The central bank conducted reverse repos when easing money supplies to prevent a rebound in housing and commodity prices.

"Open market operations will become the central bank's most important policy tool in managing liquidity," said Guo Tianyong, a banking researcher at the Central University of Finance and Economics.

Manufacturing Rejuvenates

China's manufacturing activity got a boost in October, official data showed on November 1.

The purchasing managers' index (PMI), a key gauge of manufacturing activity, rose to 50.2 percent in October from 49.8 percent in September, according to the China Federation of Logistics and Purchasing. A level above 50 percent indicates expansion.

"I think the October PMI will help support our expectations for better economic perfor-mance in the fourth quarter than in the third," said Wang Jin, a macroeconomic analyst at Shanghai-based Guotai Junan Securities.

"Signs of stabilizing external demand, faster infrastructure investment and a thawing property market all bolstered a recovery in factory activity," he added.

Profits Decline

Net profits of Chinese listed companies dropped 2 percent year on year in the first three quarters, according to Wind Information Co. Ltd. (Wind Info), an integrated information service provider.

In the first nine months of the year, the country's 2,471 listed companies posted a total net profit of 1.49 trillion yuan ($238.8 billion).

The 2,455 non-bank listed companies registered a net profit of 681.44 billion yuan ($109.23 billion), down 18 percent year on year.

In sharp contrast, 16 listed banks posted a total net profit of 812.77 billion yuan ($130.29 billion), up 17 percent year on year and accounted for 55.4 percent of the total profits of the 2,471 listed companies.

The iron, steel, cement, coal and chemical industries suffered the most due to sluggish demand.

Credit Ratings

Dagong Global Credit Rating Co. Ltd., China's leading rating agency, on October 30 maintained both the local and foreign currency sovereign credit ratings for Russia as A.

It also rated the local and foreign currency sovereign credit of Iceland as BB and BB-.

Despite recent fluctuations, the export price of oil will remain high and help Russia stabilize its economic growth and achieve fiscal balance. It will also guarantee its current solvency, Dagong said.

Given mounting global economic uncertainty, Russia's fiscal strength is not strong enough, and its ability to withstand the risks of fluctuations in global oil prices looks relatively weak, thus preventing the country from acquiring a better rating, Dagong said.

As for heavily indebted Iceland, Dagong said that although the economy is recovering, the country's debt repayment ability still faces challenges. There were enormous risks in the banking sector and high levels of liability in the private sector.

Shares Unlocked

Chinese shares will be unlocked for trade in the country's equity markets in November.

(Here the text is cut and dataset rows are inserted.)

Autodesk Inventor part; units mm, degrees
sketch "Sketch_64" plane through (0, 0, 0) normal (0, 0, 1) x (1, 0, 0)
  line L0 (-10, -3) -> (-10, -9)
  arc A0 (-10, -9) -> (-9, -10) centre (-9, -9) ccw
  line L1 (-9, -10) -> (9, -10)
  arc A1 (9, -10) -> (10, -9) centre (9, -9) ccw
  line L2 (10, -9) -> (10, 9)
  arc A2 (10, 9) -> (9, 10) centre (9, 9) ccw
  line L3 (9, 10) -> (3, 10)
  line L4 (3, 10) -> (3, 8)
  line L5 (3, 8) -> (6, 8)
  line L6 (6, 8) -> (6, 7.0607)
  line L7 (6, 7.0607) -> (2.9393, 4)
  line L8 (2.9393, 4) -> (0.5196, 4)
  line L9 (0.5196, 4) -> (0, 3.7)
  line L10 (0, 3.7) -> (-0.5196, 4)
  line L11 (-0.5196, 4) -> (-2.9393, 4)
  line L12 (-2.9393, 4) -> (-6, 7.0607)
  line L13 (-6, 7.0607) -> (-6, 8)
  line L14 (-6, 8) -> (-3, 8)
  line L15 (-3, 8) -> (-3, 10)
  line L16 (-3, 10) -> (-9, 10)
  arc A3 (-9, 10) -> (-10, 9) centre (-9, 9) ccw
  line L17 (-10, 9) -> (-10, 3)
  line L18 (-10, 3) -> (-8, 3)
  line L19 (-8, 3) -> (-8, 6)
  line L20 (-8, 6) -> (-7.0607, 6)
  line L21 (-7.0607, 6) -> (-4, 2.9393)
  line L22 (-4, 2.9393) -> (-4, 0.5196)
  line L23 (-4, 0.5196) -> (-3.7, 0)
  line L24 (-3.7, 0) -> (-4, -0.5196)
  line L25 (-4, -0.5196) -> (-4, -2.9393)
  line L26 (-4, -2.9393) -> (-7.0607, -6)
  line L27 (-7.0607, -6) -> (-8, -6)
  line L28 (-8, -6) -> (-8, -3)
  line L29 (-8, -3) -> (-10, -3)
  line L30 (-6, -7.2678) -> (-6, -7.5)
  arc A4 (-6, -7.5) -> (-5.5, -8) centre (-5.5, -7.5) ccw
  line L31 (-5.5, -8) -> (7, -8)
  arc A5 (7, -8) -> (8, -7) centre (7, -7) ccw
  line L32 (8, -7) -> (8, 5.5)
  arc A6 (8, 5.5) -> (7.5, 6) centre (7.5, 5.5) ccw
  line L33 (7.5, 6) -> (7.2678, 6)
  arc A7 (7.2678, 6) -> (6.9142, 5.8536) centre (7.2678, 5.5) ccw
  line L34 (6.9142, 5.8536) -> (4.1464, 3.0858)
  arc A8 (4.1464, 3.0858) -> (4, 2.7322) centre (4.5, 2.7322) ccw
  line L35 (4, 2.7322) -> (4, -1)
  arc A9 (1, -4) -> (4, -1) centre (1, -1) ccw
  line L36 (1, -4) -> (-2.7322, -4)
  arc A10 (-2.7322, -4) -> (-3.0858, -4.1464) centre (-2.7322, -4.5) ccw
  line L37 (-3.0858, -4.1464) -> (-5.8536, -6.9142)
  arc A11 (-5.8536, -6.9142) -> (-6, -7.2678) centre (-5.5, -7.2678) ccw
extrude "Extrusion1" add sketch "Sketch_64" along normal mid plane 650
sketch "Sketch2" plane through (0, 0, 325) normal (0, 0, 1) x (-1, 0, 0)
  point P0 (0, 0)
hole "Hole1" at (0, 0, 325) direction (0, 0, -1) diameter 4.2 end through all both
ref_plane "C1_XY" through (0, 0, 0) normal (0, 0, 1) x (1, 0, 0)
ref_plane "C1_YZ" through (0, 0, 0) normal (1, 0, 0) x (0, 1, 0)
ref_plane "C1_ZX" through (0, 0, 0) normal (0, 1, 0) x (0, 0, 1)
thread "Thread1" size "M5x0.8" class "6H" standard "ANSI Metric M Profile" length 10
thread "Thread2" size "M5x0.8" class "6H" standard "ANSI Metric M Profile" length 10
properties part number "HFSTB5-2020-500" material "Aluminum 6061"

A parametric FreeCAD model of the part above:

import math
import FreeCAD as App
import Part
import Sketcher

V = App.Vector
Q = App.Units.Quantity

doc = App.newDocument("Part")
body = doc.addObject("PartDesign::Body", "Body")

sketch1 = body.newObject("Sketcher::SketchObject", "Sketch")
sketch1.AttachmentSupport = (doc.getObject("XY_Plane"), [""])
sketch1.MapMode = "FlatFace"
sketch1.addGeometry(Part.LineSegment(V(-8, -3, 0), V(-10, -3, 0)), False)
sketch1.addGeometry(Part.LineSegment(V(-10, -3, 0), V(-10, -9, 0)), False)
sketch1.addGeometry(Part.ArcOfCircle(Part.Circle(V(-9, -9, 0), V(0, 0, 1), 1), math.radians(180), math.radians(270)), False)
sketch1.addGeometry(Part.LineSegment(V(-9, -10, 0), V(9, -10, 0)), False)
sketch1.addGeometry(Part.ArcOfCircle(Part.Circle(V(9, -9, 0), V(0, 0, 1), 1), math.radians(-90), math.radians(0)), False)
sketch1.addGeometry(Part.LineSegment(V(10, -9, 0), V(10, 9, 0)), False)
sketch1.addGeometry(Part.ArcOfCircle(Part.Circle(V(9, 9, 0), V(0, 0, 1), 1), math.radians(0), math.radians(90)), False)
sketch1.addGeometry(Part.LineSegment(V(9, 10, 0), V(3, 10, 0)), False)
sketch1.addGeometry(Part.LineSegment(V(3, 10, 0), V(3, 8, 0)), False)
sketch1.addGeometry(Part.LineSegment(V(3, 8, 0), V(6, 8, 0)), False)
sketch1.addGeometry(Part.LineSegment(V(6, 8, 0), V(6, 7.06, 0)), False)
sketch1.addGeometry(Part.LineSegment(V(6, 7.06, 0), V(2.94, 4, 0)), False)
sketch1.addGeometry(Part.LineSegment(V(2.94, 4, 0), V(0.52, 4, 0)), False)
sketch1.addGeometry(Part.LineSegment(V(0.52, 4, 0), V(0, 3.7, 0)), False)
sketch1.addGeometry(Part.LineSegment(V(0, 3.7, 0), V(-0.52, 4, 0)), False)
sketch1.addGeometry(Part.LineSegment(V(-0.52, 4, 0), V(-2.94, 4, 0)), False)
sketch1.addGeometry(Part.LineSegment(V(-2.94, 4, 0), V(-6, 7.06, 0)), False)
sketch1.addGeometry(Part.LineSegment(V(-6, 7.06, 0), V(-6, 8, 0)), False)
sketch1.addGeometry(Part.LineSegment(V(-6, 8, 0), V(-3, 8, 0)), False)
sketch1.addGeometry(Part.LineSegment(V(-3, 8, 0), V(-3, 10, 0)), False)
sketch1.addGeometry(Part.LineSegment(V(-3, 10, 0), V(-9, 10, 0)), False)
sketch1.addGeometry(Part.ArcOfCircle(Part.Circle(V(-9, 9, 0), V(0, 0, 1), 1), math.radians(90), math.radians(180)), False)
sketch1.addGeometry(Part.LineSegment(V(-10, 9, 0), V(-10, 3, 0)), False)
sketch1.addGeometry(Part.LineSegment(V(-10, 3, 0), V(-8, 3, 0)), False)
sketch1.addGeometry(Part.LineSegment(V(-8, 3, 0), V(-8, 6, 0)), False)
sketch1.addGeometry(Part.LineSegment(V(-8, 6, 0), V(-7.06, 6, 0)), False)
sketch1.addGeometry(Part.LineSegment(V(-7.06, 6, 0), V(-4, 2.94, 0)), False)
sketch1.addGeometry(Part.LineSegment(V(-4, 2.94, 0), V(-4, 0.52, 0)), False)
sketch1.addGeometry(Part.LineSegment(V(-4, 0.52, 0), V(-3.7, 0, 0)), False)
sketch1.addGeometry(Part.LineSegment(V(-3.7, 0, 0), V(-4, -0.52, 0)), False)
sketch1.addGeometry(Part.LineSegment(V(-4, -0.52, 0), V(-4, -2.94, 0)), False)
sketch1.addGeometry(Part.LineSegment(V(-4, -2.94, 0), V(-7.06, -6, 0)), False)
sketch1.addGeometry(Part.LineSegment(V(-7.06, -6, 0), V(-8, -6, 0)), False)
sketch1.addGeometry(Part.LineSegment(V(-8, -6, 0), V(-8, -3, 0)), False)
sketch1.addGeometry(Part.LineSegment(V(-6, -7.5, 0), V(-6, -7.27, 0)), False)
sketch1.addGeometry(Part.ArcOfCircle(Part.Circle(V(-5.5, -7.27, 0), V(0, 0, 1), 0.5), math.radians(135), math.radians(180)), False)
sketch1.addGeometry(Part.LineSegment(V(-5.85, -6.91, 0), V(-3.09, -4.15, 0)), False)
sketch1.addGeometry(Part.ArcOfCircle(Part.Circle(V(-2.73, -4.5, 0), V(0, 0, 1), 0.5), math.radians(90), math.radians(135)), False)
sketch1.addGeometry(Part.LineSegment(V(-2.73, -4, 0), V(1, -4, 0)), False)
sketch1.addGeometry(Part.ArcOfCircle(Part.Circle(V(1, -1, 0), V(0, 0, 1), 3), math.radians(-90), math.radians(0)), False)
sketch1.addGeometry(Part.LineSegment(V(4, -1, 0), V(4, 2.73, 0)), False)
sketch1.addGeometry(Part.ArcOfCircle(Part.Circle(V(4.5, 2.73, 0), V(0, 0, 1), 0.5), math.radians(135), math.radians(180)), False)
sketch1.addGeometry(Part.LineSegment(V(4.15, 3.09, 0), V(6.91, 5.85, 0)), False)
sketch1.addGeometry(Part.ArcOfCircle(Part.Circle(V(7.27, 5.5, 0), V(0, 0, 1), 0.5), math.radians(90), math.radians(135)), False)
sketch1.addGeometry(Part.LineSegment(V(7.27, 6, 0), V(7.5, 6, 0)), False)
sketch1.addGeometry(Part.ArcOfCircle(Part.Circle(V(7.5, 5.5, 0), V(0, 0, 1), 0.5), math.radians(0), math.radians(90)), False)
sketch1.addGeometry(Part.LineSegment(V(8, 5.5, 0), V(8, -7, 0)), False)
sketch1.addGeometry(Part.ArcOfCircle(Part.Circle(V(7, -7, 0), V(0, 0, 1), 1), math.radians(-90), math.radians(0)), False)
sketch1.addGeometry(Part.LineSegment(V(7, -8, 0), V(-5.5, -8, 0)), False)
sketch1.addGeometry(Part.ArcOfCircle(Part.Circle(V(-5.5, -7.5, 0), V(0, 0, 1), 0.5), math.radians(180), math.radians(270)), False)
sketch1.addConstraint(Sketcher.Constraint("Coincident", 0, 2, 1, 1))
sketch1.addConstraint(Sketcher.Constraint("Tangent", 1, 2, 2, 1))
sketch1.addConstraint(Sketcher.Constraint("Tangent", 2, 2, 3, 1))
sketch1.addConstraint(Sketcher.Constraint("Tangent", 3, 2, 4, 1))
sketch1.addConstraint(Sketcher.Constraint("Tangent", 4, 2, 5, 1))
sketch1.addConstraint(Sketcher.Constraint("Tangent", 5, 2, 6, 1))
sketch1.addConstraint(Sketcher.Constraint("Tangent", 6, 2, 7, 1))
sketch1.addConstraint(Sketcher.Constraint("Coincident", 7, 2, 8, 1))
sketch1.addConstraint(Sketcher.Constraint("Coincident", 8, 2, 9, 1))
sketch1.addConstraint(Sketcher.Constraint("Coincident", 9, 2, 10, 1))
sketch1.addConstraint(Sketcher.Constraint("Coincident", 10, 2, 11, 1))
sketch1.addConstraint(Sketcher.Constraint("Coincident", 11, 2, 12, 1))
sketch1.addConstraint(Sketcher.Constraint("Coincident", 12, 2, 13, 1))
sketch1.addConstraint(Sketcher.Constraint("Coincident", 13, 2, 14, 1))
sketch1.addConstraint(Sketcher.Constraint("Coincident", 14, 2, 15, 1))
sketch1.addConstraint(Sketcher.Constraint("Coincident", 15, 2, 16, 1))
sketch1.addConstraint(Sketcher.Constraint("Coincident", 16, 2, 17, 1))
sketch1.addConstraint(Sketcher.Constraint("Coincident", 17, 2, 18, 1))
sketch1.addConstraint(Sketcher.Constraint("Coincident", 18, 2, 19, 1))
sketch1.addConstraint(Sketcher.Constraint("Coincident", 19, 2, 20, 1))
sketch1.addConstraint(Sketcher.Constraint("Tangent", 20, 2, 21, 1))
sketch1.addConstraint(Sketcher.Constraint("Tangent", 21, 2, 22, 1))
sketch1.addConstraint(Sketcher.Constraint("Coincident", 22, 2, 23, 1))
sketch1.addConstraint(Sketcher.Constraint("Coincident", 23, 2, 24, 1))
sketch1.addConstraint(Sketcher.Constraint("Coincident", 24, 2, 25, 1))
sketch1.addConstraint(Sketcher.Constraint("Coincident", 25, 2, 26, 1))
sketch1.addConstraint(Sketcher.Constraint("Coincident", 26, 2, 27, 1))
sketch1.addConstraint(Sketcher.Constraint("Coincident", 27, 2, 28, 1))
sketch1.addConstraint(Sketcher.Constraint("Coincident", 28, 2, 29, 1))
sketch1.addConstraint(Sketcher.Constraint("Coincident", 29, 2, 30, 1))
sketch1.addConstraint(Sketcher.Constraint("Coincident", 30, 2, 31, 1))
sketch1.addConstraint(Sketcher.Constraint("Coincident", 31, 2, 32, 1))
sketch1.addConstraint(Sketcher.Constraint("Coincident", 32, 2, 33, 1))
sketch1.addConstraint(Sketcher.Constraint("Coincident", 33, 2, 0, 1))
sketch1.addConstraint(Sketcher.Constraint("Tangent", 34, 2, 35, 2))
sketch1.addConstraint(Sketcher.Constraint("Tangent", 35, 1, 36, 1))
sketch1.addConstraint(Sketcher.Constraint("Tangent", 36, 2, 37, 2))
sketch1.addConstraint(Sketcher.Constraint("Tangent", 37, 1, 38, 1))
sketch1.addConstraint(Sketcher.Constraint("Tangent", 38, 2, 39, 1))
sketch1.addConstraint(Sketcher.Constraint("Tangent", 39, 2, 40, 1))
sketch1.addConstraint(Sketcher.Constraint("Tangent", 40, 2, 41, 2))
sketch1.addConstraint(Sketcher.Constraint("Tangent", 41, 1, 42, 1))
sketch1.addConstraint(Sketcher.Constraint("Tangent", 42, 2, 43, 2))
sketch1.addConstraint(Sketcher.Constraint("Tangent", 43, 1, 44, 1))
sketch1.addConstraint(Sketcher.Constraint("Tangent", 44, 2, 45, 2))
sketch1.addConstraint(Sketcher.Constraint("Tangent", 45, 1, 46, 1))
sketch1.addConstraint(Sketcher.Constraint("Tangent", 46, 2, 47, 2))
sketch1.addConstraint(Sketcher.Constraint("Tangent", 47, 1, 48, 1))
sketch1.addConstraint(Sketcher.Constraint("Tangent", 48, 2, 49, 2))
sketch1.addConstraint(Sketcher.Constraint("Tangent", 49, 1, 34, 1))
sketch1.addConstraint(Sketcher.Constraint("Horizontal", 0))
sketch1.addConstraint(Sketcher.Constraint("Vertical", 1))
sketch1.addConstraint(Sketcher.Constraint("Horizontal", 3))
sketch1.addConstraint(Sketcher.Constraint("Vertical", 5))
sketch1.addConstraint(Sketcher.Constraint("Horizontal", 7))
sketch1.addConstraint(Sketcher.Constraint("Vertical", 8))
sketch1.addConstraint(Sketcher.Constraint("Horizontal", 9))
sketch1.addConstraint(Sketcher.Constraint("Vertical", 10))
sketch1.addConstraint(Sketcher.Constraint("Horizontal", 12))
sketch1.addConstraint(Sketcher.Constraint("Horizontal", 15))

According to the Shanghai and Shenzhen stock exchanges, more than 190 billion yuan ($30.16 billion) worth of shares in 74 listed companies will be tradable on the markets in November.

This marks the second largest amount of shares released for trading in a month this year.

The expiration of lock-up periods of initial and additional offerings will free 185.29 billion yuan ($29.7 billion) of shares. The country's reform of non-tradable shares will contribute to 4.77 billion yuan ($764.6 million) worth of newly tradable shares, according to data from the brokerage firm Southwest Securities.

The market value of the newly tradable shares surged nearly 82 percent from October, according to Southwest Securities.

Of the 74 companies, the newly tradable shares in Jiangsu-based liquid maker Yanghe Inc. reached 45.08 billion yuan ($7.23 billion) in market value, according to its closing price on October 29.